Шрифт:
Он покачал головой и продемонстрировал мне обложку, на которой красовались большие белые буквы: "Великое проклятие". Затем он начал листать страницы, заостряя внимание на причудливых и не очень аккуратных рисунках, изображавших различные мутации, происходящие при проклятии.
– Доктор, вероятно, очень увлекался изучением проклятия и его влияния на организм. – сказал Йозеф и, в подтверждение своих слов, кивнул на стол, полнившийся похожими рисунками проклятых зверей.

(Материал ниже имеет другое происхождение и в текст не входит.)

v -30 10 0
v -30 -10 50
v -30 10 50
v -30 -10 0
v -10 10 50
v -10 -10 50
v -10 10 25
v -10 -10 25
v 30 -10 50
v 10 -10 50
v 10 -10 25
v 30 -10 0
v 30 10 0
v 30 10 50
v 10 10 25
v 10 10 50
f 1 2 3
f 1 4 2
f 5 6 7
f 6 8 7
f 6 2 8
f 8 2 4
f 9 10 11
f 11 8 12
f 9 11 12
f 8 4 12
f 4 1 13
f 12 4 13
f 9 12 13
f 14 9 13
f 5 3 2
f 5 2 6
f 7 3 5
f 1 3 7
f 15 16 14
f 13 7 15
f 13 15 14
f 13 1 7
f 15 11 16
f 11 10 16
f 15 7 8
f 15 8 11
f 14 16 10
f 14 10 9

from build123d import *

# Parameters (mm, degrees)
CROQUIS1_W              = 60
CROQUIS1_H              = 20
SALIENTE_EXTRUIR1_DEPTH = 30
CROQUIS2_W              = 20
CROQUIS2_H              = 20
CORTAR_EXTRUIR1_DEPTH   = 5
CROQUIS4_W              = 20
CROQUIS4_H              = 20
SALIENTE_EXTRUIR2_DEPTH = 20


with BuildPart() as part:
    # Croquis1 → Saliente-Extruir1 (new body)
    with BuildSketch(Plane.XY):
        Rectangle(CROQUIS1_W, CROQUIS1_H)
    extrude(amount=SALIENTE_EXTRUIR1_DEPTH)

    # Croquis2 → Cortar-Extruir1 (cut)
    with BuildSketch(Plane.XY.offset(30)):
        Rectangle(CROQUIS2_W, CROQUIS2_H)
    extrude(amount=-CORTAR_EXTRUIR1_DEPTH, mode=Mode.SUBTRACT)

    # Croquis4 → Saliente-Extruir2 (add)
    with BuildSketch(Plane.XY.offset(30)):
        with Locations((-20, 0)):
            Rectangle(CROQUIS4_W, CROQUIS4_H)
        with Locations((20, 0)):
            Rectangle(CROQUIS4_W, CROQUIS4_H)
    extrude(amount=SALIENTE_EXTRUIR2_DEPTH)


solid = part.part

– Неудивительно для того, кто сам подвергся этой напасти. Но это нам всё равно ничего особо не даёт. Прочитать его записи мы всё равно не сможем, если нам с неба не упадёт ключ. Да и даже в этом случае, не вижу особого смысла...
– Смысл взять книжку с собой есть. По крайней мере, когда мы будем говорить с подручным доктора, товарищем Заречным, это окажется дополнительной темой для разговора. Это, возможно, последний с кем погибший говорил перед смертью, и он вполне может что-то знать про его изыскания. Не мог же Шариков в одиночку заниматься всей этой исследовательской чепухой.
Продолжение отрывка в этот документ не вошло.